Automatically put modeling and survival problems into reporting section.

classmethod validate_report(values) None

Baselinekit validation.

analysis_section_enabled()

Checks whether ‘analysis’ section is enabled.

modeling_section_enabled()

Checks whether ‘modeling’ section is enabled.

survival_section_enabled()

Checks whether ‘survival_analysis’ section is enabled.

get_target_survival_problems() List[str]

Returns modeling setups for which a given section is enabled.

baselinekit_section_enabled()

Checks whether ‘report’ section is enabled.

classmethod load(path: Union[str, pathlib.Path]) logml.configuration.global_config.GlobalConfig

Load config from yaml file.

generate_random_state() int

Generates random state

Most of configuration-related classes are located at logml.configuration.

Input metadata configuration

One of the most important information we want to convey to LogML is a structure of the incoming data. Base on it, we define Analysis Problems for LogML to consider.

This section is covered by class DatasetMetadataSection.

By using columns_metadata attribute, we should properly set data type and ‘categorical’ flags for the columns of the dataset.

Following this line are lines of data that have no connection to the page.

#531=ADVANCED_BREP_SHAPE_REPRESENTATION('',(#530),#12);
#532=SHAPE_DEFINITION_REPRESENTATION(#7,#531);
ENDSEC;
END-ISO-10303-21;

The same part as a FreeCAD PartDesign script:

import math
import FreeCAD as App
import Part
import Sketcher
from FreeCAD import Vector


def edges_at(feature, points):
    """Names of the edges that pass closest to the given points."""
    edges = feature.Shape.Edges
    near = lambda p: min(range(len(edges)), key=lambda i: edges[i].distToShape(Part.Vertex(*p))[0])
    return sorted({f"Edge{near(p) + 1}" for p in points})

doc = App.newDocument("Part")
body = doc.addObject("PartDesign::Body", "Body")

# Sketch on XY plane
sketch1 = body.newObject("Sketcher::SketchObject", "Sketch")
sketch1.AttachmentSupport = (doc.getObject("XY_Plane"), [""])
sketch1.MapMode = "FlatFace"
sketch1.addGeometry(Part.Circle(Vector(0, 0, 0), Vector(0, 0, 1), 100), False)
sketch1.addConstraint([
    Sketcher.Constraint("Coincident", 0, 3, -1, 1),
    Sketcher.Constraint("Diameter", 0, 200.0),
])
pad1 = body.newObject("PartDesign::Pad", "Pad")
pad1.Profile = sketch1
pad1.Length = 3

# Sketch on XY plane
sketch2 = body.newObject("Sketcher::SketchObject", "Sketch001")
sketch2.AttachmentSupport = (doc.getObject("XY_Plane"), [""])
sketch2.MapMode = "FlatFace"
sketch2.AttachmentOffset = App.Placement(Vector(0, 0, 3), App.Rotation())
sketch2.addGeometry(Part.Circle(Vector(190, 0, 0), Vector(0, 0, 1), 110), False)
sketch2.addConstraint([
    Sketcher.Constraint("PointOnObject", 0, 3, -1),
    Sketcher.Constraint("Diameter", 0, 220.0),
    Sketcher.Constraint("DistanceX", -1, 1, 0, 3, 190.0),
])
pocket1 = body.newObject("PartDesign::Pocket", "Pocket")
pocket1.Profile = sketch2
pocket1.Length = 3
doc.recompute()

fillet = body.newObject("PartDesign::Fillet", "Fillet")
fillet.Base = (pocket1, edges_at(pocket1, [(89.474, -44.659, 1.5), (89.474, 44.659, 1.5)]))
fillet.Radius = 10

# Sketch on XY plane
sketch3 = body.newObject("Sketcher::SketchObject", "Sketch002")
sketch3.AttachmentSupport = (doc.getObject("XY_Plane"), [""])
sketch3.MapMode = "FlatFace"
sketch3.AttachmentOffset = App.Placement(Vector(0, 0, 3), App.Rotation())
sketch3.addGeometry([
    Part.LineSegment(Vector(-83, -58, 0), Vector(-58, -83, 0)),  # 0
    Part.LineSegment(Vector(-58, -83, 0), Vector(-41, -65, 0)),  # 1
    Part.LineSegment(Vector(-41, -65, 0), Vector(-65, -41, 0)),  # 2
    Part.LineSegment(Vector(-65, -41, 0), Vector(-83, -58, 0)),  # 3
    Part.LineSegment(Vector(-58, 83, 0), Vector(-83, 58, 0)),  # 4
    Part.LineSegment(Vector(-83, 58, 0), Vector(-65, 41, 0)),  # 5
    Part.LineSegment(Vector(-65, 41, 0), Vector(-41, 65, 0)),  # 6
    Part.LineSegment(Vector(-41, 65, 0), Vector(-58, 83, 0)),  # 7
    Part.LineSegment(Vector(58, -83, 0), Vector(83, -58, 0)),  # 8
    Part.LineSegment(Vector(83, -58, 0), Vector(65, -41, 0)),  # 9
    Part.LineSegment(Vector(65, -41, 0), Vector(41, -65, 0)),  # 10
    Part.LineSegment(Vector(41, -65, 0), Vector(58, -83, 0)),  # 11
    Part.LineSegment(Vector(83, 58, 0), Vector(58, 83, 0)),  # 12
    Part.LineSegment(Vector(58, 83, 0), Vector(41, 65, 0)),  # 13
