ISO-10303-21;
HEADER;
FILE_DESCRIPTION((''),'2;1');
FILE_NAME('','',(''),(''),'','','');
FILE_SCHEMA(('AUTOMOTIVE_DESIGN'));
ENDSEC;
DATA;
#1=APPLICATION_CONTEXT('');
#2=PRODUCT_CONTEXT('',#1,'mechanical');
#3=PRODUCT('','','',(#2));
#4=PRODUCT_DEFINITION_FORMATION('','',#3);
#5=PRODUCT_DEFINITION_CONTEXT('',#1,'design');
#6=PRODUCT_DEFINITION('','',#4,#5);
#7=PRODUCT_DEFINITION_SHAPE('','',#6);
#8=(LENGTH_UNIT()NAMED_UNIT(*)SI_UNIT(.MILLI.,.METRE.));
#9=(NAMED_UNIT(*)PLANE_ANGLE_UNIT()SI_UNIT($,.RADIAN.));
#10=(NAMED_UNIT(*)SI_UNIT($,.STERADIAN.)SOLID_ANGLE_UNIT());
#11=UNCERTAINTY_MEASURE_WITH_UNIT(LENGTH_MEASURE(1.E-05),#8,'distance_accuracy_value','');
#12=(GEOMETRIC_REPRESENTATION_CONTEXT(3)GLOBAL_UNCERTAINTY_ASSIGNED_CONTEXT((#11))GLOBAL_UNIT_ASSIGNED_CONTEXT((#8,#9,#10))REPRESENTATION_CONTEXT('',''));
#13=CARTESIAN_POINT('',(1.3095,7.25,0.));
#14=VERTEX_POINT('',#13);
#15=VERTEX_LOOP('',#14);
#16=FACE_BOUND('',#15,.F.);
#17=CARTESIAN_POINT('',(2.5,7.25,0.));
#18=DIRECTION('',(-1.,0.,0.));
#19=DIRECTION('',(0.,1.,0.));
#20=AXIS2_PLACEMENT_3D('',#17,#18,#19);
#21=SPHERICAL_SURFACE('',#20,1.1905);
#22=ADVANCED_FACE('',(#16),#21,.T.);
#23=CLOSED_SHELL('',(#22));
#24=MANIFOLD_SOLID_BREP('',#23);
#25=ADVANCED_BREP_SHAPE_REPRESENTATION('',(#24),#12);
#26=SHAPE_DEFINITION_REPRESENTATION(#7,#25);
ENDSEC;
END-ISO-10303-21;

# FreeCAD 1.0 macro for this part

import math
import FreeCAD as App
import Part
import Sketcher

doc = App.newDocument("Part")
params = doc.addObject("Spreadsheet::Sheet", "Params")
for row, (alias, value) in enumerate([
    ("revolution_angle", "360 deg"),
], start=1):
    params.set(f"A{row}", alias)
    params.set(f"B{row}", "=" + value)
    params.setAlias(f"B{row}", alias)

body = doc.addObject("PartDesign::Body", "Body")

# Sketch on XY plane
sketch1 = body.newObject("Sketcher::SketchObject", "Sketch")
sketch1.AttachmentSupport = (doc.getObject("XY_Plane"), [""])
sketch1.MapMode = "FlatFace"
sketch1.addGeometry(Part.LineSegment(App.Vector(1.3, 7.2, 0), App.Vector(3.7, 7.2, 0)), False)
sketch1.addGeometry(Part.ArcOfCircle(Part.Circle(App.Vector(2.5, 7.2, 0), App.Vector(0, 0, 1), 1.2), math.radians(0), math.radians(180)), False)
sketch1.addGeometry(Part.LineSegment(App.Vector(1.3, 7.2, 0), App.Vector(3.7, 7.2, 0)), True)  # axis
sketch1.addConstraint(Sketcher.Constraint("Coincident", 0, 1, 1, 2))
sketch1.addConstraint(Sketcher.Constraint("Coincident", 1, 1, 0, 2))
sketch1.addConstraint(Sketcher.Constraint("Horizontal", 0))
sketch1.addConstraint(Sketcher.Constraint("Horizontal", 2))
sketch1.addConstraint(Sketcher.Constraint("Coincident", 2, 1, 0, 1))
sketch1.addConstraint(Sketcher.Constraint("Horizontal", 1, 3, 0, 1))
sketch1.addConstraint(Sketcher.Constraint("Equal", 0, 2))
sketch1.addConstraint(Sketcher.Constraint("DistanceX", -1, 1, 1, 3, 2.5))
sketch1.addConstraint(Sketcher.Constraint("Radius", 1, 1.1905))
sketch1.addConstraint(Sketcher.Constraint("DistanceY", -1, 1, 1, 3, 7.25))
revolution = body.newObject("PartDesign::Revolution", "Revolution")
revolution.Profile = sketch1
revolution.ReferenceAxis = (sketch1, ["Axis0"])
revolution.setExpression("Angle", "Params.revolution_angle")

doc.recompute()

By setting modeling_specs we set global definitions for target variables and what kind of modeling problem to apply.

Sample configuration:

dataset_metadata:
    modeling_specs:

        # Configruation for problems to find relation of covatiates to Overall Survival.
        OS:
            time_column:            time
            event_query:            'cens == 0'
            event_column:           cens

        # Model relation of covariates and "tearment outcome" value, which is categorical,
        # hence use classification approach.
        Outcome:
            task:                  classification
            target:                Outcome
            target_metric:         rocauc

    key_columns:
        - subj_id              # Key column, this is neither feature,
                               # nor target, just an indicator.

    # Specify some predefined metadata.

    columns_metadata:
        - name: gender
          data_type: str
          is_categorical: true
        - name: birthdate
          data_type: datetime64[ns]

Modeling

This section is covered by class ModelingSection, which is essentially a list of ModelingSetup items.

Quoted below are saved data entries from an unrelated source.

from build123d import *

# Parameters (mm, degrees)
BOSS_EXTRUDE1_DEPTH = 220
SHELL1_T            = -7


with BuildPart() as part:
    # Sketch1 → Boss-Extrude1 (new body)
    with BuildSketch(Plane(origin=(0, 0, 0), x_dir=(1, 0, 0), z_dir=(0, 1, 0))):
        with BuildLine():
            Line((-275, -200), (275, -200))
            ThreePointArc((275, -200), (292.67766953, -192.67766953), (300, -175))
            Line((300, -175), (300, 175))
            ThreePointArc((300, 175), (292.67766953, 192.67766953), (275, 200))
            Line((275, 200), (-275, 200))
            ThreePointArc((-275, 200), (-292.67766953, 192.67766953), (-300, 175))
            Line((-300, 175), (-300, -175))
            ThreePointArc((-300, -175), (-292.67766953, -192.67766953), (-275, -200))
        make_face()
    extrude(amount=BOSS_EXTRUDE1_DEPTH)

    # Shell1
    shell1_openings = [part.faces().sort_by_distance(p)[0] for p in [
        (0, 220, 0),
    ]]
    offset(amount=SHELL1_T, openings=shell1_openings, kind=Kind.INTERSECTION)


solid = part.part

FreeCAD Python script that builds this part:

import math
import FreeCAD as App
import Part
import Sketcher

V = App.Vector
Q = App.Units.Quantity


def faces_at(feature, points):
    """Names of the faces that lie closest to the given points."""
    faces = feature.Shape.Faces
    near = lambda p: min(range(len(faces)), key=lambda i: faces[i].distToShape(Part.Vertex(*p))[0])
    return sorted({f"Face{near(p) + 1}" for p in points})

doc = App.newDocument("Part")
body = doc.addObject("PartDesign::Body", "Body")

# Sketch on XZ plane
sketch1 = body.newObject("Sketcher::SketchObject", "Sketch")
sketch1.AttachmentSupport = (doc.getObject("XZ_Plane"), [""])
sketch1.MapMode = "FlatFace"
sketch1.addGeometry([
    Part.LineSegment(V(-275, 200, 0), V(275, 200, 0)),  # 0
    Part.ArcOfCircle(Part.Circle(V(275, 175, 0), V(0, 0, 1), 25), math.radians(0), math.radians(90)),  # 1
    Part.LineSegment(V(300, 175, 0), V(300, -175, 0)),  # 2
    Part.ArcOfCircle(Part.Circle(V(275, -175, 0), V(0, 0, 1), 25), math.radians(-90), math.radians(0)),  # 3
    Part.LineSegment(V(275, -200, 0), V(-275, -200, 0)),  # 4
    Part.ArcOfCircle(Part.Circle(V(-275, -175, 0), V(0, 0, 1), 25), math.radians(180), math.radians(270)),  # 5
    Part.LineSegment(V(-300, -175, 0), V(-300, 175, 0)),  # 6
    Part.ArcOfCircle(Part.Circle(V(-275, 175, 0), V(0, 0, 1), 25), math.radians(90), math.radians(180)),  # 7
], False)
sketch1.addConstraint([
    Sketcher.Constraint("Tangent", 0, 2, 1, 2),
    Sketcher.Constraint("Tangent", 1, 1, 2, 1),
    Sketcher.Constraint("Tangent", 2, 2, 3, 2),
    Sketcher.Constraint("Tangent", 3, 1, 4, 1),
    Sketcher.Constraint("Tangent", 4, 2, 5, 2),
    Sketcher.Constraint("Tangent", 5, 1, 6, 1),
    Sketcher.Constraint("Tangent", 6, 2, 7, 2),
    Sketcher.Constraint("Tangent", 7, 1, 0, 1),
    Sketcher.Constraint("Horizontal", 0),
    Sketcher.Constraint("Vertical", 2),
    Sketcher.Constraint("Horizontal", 4),
    Sketcher.Constraint("Vertical", 6),
    Sketcher.Constraint("Equal", 1, 3),
    Sketcher.Constraint("Equal", 3, 5),
    Sketcher.Constraint("Equal", 5, 7),
    Sketcher.Constraint("Symmetric", 1, 3, 5, 3, -1, 1),
    Sketcher.Constraint("Radius", 1, Q("25 mm")),
    Sketcher.Constraint("DistanceX", 0, 1, 0, 2, Q("550 mm")),
    Sketcher.Constraint("DistanceY", 2, 2, 2, 1, Q("350 mm")),
])
pad1 = body.newObject("PartDesign::Pad", "Pad")
pad1.Profile = sketch1
pad1.Length = 220
pad1.Reversed = True
doc.recompute()

thickness = body.newObject("PartDesign::Thickness", "Thickness")
thickness.Base = (pad1, faces_at(pad1, [(0, 220, 0)]))
thickness.Value = 7
thickness.Reversed = True
thickness.Join = "Intersection"

doc.recompute()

There is a predefined modeling setup, which is turned on by setting preset to enable state. Modeling preset performs the following:

  • Use Default Data Preprocessing configuration (see Preprocessing section).

  • Generates 5 shuffled datasets.

  • Enables Models Selection process (applies to all models with the matching objective - classification, regression or survival).

  • Enables Feature Importance with 3 best models.

Preprocessing

If preset is enabled in dataset preprocessing section, then lightweight configuration section is applied.

class logml.configuration.modeling.DatasetPreprocessingPresetSection

Bases: pydantic.main.BaseModel

Defines ‘syntax sugar’ for semi-automated data preprocessing steps generation.

field enable: bool = True

Whether to enable automated generation of preprocessing steps.

field features_list: Union[str, List[str]] = []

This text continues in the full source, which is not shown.